Unnamed (formerly entered as Problem Child)
Avg: 1 from 1 vote
|Type:||Trad, TR, 130 ft|
|FA:||George Bracksieck & Teri Ebel|
|Page Views:||1,071 total · 8/month|
|Shared By:||Leo Paik on Dec 9, 2006|
|Admins:||Leo Paik, John McNamee, Frances Fierst, Monty, Monomaniac|
DescriptionThis is a fun, little pitch that caught the eye of a pair of dufi who thought that A Very Ament's Slab might be climbable without crampons in December after a snow storm. It turns out, we were just following in the footsteps of a pair of better climbers. This lies on the huecoed south face of the lower cliff seen on p. 200 below route 21 along Approach III in the Flatirons guidebook by R. Rossiter. Theres probably plenty of room for FAs on this cliff band for average blokes or lasses.
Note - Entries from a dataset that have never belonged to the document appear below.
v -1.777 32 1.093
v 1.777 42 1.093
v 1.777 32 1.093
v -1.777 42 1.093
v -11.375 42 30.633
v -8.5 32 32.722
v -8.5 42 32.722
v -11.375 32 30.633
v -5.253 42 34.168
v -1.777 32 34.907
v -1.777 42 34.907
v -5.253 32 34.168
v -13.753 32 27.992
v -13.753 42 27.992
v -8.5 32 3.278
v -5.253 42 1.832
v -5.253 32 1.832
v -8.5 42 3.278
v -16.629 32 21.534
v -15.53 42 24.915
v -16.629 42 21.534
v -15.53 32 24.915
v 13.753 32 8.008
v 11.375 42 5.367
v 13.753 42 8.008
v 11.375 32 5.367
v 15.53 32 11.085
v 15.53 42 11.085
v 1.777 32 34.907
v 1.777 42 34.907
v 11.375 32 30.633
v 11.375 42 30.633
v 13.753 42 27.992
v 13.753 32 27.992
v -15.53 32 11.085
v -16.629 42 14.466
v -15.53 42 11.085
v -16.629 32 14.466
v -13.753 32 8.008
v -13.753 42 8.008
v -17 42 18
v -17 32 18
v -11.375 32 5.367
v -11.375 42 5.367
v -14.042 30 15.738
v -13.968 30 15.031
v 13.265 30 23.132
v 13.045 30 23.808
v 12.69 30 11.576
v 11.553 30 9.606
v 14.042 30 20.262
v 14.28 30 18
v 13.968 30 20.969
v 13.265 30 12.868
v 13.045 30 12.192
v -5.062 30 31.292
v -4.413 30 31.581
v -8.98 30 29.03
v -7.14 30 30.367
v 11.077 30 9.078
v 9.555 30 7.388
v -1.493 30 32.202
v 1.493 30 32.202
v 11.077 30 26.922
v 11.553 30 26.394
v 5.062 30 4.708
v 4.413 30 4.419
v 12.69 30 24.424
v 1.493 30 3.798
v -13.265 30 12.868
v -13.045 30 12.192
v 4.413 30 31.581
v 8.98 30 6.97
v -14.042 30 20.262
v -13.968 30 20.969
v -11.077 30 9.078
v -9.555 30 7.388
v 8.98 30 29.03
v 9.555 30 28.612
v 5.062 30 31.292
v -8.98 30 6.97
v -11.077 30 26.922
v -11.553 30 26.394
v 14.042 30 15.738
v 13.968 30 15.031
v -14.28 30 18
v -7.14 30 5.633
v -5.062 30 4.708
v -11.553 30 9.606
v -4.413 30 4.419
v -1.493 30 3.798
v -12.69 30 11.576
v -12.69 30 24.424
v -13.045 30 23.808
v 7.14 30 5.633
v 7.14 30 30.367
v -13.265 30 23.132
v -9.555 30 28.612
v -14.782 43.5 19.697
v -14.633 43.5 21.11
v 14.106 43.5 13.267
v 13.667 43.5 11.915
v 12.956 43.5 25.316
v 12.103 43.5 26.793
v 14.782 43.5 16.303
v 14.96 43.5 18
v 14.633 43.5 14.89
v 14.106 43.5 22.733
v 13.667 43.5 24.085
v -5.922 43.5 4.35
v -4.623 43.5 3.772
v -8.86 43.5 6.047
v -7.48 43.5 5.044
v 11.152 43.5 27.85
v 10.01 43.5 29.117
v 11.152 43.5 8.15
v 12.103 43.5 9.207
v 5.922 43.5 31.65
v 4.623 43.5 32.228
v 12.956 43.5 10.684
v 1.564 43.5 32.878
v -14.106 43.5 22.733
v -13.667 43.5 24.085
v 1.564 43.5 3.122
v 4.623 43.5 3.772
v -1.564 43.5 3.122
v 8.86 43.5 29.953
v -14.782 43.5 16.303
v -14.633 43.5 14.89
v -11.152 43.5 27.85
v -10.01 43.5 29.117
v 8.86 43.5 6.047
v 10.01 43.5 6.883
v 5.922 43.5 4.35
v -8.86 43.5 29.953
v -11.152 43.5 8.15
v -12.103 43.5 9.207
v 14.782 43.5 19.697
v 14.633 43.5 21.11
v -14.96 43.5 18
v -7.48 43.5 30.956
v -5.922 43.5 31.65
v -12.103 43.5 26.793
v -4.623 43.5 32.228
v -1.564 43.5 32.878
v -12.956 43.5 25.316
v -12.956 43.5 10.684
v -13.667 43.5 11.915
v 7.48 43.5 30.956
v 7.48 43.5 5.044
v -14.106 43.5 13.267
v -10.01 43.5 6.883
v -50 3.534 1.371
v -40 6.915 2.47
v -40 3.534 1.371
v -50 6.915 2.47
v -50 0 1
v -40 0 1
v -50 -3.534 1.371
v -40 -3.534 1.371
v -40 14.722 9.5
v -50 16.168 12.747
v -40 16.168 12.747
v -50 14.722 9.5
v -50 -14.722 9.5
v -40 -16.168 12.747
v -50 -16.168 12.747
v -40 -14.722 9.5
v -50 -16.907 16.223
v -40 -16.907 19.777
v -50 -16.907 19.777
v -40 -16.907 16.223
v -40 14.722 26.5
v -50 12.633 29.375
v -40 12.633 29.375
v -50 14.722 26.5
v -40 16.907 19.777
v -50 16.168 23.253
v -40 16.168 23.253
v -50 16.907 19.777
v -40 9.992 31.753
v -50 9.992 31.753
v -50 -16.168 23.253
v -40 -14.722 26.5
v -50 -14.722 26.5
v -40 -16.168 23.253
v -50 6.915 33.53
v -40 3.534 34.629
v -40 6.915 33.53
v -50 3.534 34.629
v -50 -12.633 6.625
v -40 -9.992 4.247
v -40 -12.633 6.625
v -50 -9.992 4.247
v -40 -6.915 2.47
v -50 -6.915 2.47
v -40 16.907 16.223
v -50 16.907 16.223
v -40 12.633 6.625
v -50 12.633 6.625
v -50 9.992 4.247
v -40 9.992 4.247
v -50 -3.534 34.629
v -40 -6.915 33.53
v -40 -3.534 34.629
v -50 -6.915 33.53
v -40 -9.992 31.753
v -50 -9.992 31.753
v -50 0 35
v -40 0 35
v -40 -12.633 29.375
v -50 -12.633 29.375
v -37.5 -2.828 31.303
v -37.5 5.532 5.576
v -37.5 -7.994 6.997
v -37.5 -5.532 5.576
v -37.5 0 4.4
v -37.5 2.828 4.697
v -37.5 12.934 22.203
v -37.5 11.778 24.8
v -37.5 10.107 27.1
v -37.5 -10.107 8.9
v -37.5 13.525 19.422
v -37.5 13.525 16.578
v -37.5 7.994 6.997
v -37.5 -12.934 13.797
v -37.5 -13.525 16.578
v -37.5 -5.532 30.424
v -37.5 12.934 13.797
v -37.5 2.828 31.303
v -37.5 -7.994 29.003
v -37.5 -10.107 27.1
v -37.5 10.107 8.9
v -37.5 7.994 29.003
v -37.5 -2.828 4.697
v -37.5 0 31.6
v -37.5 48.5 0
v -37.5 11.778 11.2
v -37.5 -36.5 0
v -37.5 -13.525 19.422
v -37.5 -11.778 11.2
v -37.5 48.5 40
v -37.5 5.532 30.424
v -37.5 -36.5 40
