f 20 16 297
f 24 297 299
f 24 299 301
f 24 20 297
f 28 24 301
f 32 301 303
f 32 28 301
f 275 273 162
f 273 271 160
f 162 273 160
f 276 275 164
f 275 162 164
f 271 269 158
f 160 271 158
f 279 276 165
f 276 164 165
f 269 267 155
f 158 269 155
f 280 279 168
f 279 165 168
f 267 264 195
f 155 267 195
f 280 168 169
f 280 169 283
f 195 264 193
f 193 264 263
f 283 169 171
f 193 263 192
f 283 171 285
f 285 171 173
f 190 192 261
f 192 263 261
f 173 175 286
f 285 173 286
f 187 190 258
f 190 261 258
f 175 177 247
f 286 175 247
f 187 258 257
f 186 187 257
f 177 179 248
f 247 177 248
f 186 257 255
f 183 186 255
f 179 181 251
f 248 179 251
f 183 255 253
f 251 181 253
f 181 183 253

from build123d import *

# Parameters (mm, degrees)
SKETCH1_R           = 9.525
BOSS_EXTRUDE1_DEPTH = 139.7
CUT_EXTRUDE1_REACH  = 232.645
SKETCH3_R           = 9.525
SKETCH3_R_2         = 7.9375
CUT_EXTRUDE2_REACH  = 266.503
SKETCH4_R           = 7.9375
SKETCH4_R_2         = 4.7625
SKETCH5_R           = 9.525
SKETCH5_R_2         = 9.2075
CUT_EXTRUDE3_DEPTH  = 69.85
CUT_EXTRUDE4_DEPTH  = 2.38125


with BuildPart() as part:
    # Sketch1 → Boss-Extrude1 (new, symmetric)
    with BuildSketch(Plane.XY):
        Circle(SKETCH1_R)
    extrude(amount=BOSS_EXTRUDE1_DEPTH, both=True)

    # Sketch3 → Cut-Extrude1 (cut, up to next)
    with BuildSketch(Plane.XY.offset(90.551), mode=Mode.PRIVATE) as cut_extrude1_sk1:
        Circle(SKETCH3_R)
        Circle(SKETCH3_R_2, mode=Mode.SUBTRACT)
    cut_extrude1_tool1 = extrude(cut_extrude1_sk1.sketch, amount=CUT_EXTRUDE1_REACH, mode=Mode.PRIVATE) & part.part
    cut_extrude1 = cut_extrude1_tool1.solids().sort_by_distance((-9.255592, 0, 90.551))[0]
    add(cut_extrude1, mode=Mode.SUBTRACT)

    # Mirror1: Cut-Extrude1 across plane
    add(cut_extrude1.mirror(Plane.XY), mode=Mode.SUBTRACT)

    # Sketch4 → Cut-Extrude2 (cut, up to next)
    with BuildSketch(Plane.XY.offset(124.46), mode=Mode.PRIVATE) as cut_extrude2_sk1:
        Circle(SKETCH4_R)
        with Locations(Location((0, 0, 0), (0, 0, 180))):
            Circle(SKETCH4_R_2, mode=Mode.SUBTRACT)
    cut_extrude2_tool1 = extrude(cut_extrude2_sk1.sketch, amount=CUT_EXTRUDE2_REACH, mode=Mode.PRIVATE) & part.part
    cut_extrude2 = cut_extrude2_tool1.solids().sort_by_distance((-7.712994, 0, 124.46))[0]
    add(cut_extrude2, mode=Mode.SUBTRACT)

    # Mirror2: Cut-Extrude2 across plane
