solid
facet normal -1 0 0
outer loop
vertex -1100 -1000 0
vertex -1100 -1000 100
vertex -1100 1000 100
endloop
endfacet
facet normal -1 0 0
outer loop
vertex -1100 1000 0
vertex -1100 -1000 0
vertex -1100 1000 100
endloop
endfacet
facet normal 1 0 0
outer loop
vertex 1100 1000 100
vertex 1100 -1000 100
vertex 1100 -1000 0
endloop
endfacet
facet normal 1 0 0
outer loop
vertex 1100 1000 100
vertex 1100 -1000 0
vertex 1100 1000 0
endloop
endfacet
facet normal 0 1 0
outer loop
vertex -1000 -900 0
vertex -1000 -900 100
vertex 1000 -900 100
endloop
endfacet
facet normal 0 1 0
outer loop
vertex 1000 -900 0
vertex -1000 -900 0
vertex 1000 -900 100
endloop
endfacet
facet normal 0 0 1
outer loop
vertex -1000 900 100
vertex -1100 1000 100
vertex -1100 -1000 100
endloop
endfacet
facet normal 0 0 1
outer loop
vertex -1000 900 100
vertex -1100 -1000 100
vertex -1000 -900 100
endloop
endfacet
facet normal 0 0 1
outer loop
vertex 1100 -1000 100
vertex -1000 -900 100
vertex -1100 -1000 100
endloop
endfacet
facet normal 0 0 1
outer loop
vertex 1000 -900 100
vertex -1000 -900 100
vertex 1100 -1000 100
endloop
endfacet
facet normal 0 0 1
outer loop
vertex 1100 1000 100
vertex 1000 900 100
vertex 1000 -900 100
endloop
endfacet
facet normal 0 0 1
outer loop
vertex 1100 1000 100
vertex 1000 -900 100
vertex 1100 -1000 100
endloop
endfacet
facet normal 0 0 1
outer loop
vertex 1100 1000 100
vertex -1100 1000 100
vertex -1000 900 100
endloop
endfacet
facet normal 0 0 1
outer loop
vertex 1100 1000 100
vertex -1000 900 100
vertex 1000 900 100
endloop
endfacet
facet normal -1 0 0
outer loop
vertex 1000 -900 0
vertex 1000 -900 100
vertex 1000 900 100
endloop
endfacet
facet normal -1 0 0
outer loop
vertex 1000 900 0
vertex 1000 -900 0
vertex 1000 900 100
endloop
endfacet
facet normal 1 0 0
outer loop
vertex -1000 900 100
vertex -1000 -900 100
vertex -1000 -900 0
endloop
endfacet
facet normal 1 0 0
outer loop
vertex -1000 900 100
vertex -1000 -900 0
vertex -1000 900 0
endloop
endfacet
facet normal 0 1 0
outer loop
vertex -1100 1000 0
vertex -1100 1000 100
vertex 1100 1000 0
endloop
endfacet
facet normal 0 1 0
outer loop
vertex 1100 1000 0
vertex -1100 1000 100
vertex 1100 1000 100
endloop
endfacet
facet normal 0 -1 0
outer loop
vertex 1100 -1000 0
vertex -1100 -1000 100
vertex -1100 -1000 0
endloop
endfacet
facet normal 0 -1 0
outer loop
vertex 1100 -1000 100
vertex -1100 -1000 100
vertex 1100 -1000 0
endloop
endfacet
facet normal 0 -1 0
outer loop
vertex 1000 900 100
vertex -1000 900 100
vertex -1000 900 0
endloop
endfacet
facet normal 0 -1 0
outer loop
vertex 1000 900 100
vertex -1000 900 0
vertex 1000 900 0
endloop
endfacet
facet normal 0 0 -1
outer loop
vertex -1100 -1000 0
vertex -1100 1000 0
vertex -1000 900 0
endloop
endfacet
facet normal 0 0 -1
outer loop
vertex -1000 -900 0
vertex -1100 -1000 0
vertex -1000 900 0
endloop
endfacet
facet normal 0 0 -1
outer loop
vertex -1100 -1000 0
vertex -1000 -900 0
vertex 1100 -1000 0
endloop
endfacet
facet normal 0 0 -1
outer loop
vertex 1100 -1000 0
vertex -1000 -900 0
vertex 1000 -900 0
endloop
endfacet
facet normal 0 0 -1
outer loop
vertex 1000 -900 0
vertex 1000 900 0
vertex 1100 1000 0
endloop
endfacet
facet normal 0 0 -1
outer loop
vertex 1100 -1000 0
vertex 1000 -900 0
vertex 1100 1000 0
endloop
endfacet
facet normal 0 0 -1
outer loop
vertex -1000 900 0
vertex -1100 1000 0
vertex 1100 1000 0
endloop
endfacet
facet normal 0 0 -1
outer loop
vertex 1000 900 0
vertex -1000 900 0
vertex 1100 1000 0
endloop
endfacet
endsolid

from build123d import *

# Parameters (mm, degrees)
F0_W     = 2400
F0_H     = 2200
F1_DEPTH = 100
F2_W     = 2400
F2_H     = 2200
F2_W_2   = 2200
F2_H_2   = 2000
F3_DEPTH = 100.001
F2_W_3   = 2000
F2_H_3   = 1800
F4_DEPTH = 100.001


with BuildPart() as f1:
    # F0 (on Top) → F1 (new body)
    with BuildSketch(Plane.XY):
        Rectangle(F0_W, F0_H)
    extrude(amount=F1_DEPTH)

    # F2 (on face) → F3 (cut, through all)
    with BuildSketch(Plane.XY.offset(100)):
        Rectangle(F2_W, F2_H)
        Rectangle(F2_W_2, F2_H_2, mode=Mode.SUBTRACT)
    extrude(amount=-F3_DEPTH, mode=Mode.SUBTRACT)

    # F2 (on face) → F4 (cut, through all)
    with BuildSketch(Plane.XY.offset(100)):
        Rectangle(F2_W_3, F2_H_3)
    extrude(amount=-F4_DEPTH, mode=Mode.SUBTRACT)


solid = f1.part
It may have been climbed previously...it was. However, no mention of this exists in the Flatirons guidebook or this database...until now.
Stop reading if you don't like beta. Start up an obvious line of little resistance up slightly-overhanging, jugs, huecos, and a tufa of sorts. You can use an orange & yellow Alien before you commit. Then a #3 Camalot fits decently in a hueco for the committing overhang. After 15 feet (the best part), it eases to less than vertical. You can fit a #3.5 Camalot in a hueco above the overhang. Move left to a slot for a #0.75 Camalot. From here, you basically go up easy, neat huecos all the way to the slab edge top of the lower cliff band. You can move left to a natural thread. 130.
To descend, move left then downclimb a couple overlaps to a rappel tree with 2 slings & a fat mallon ring. The rappel tree is visible in the photo on p. 196 Flatirons guidebook by R. Rossiter. Rappel 80 to the ground over 2 overhangs. Alternatively, you could go to the top of the gully which puts you near the base of Saturdays Folly, me thinks.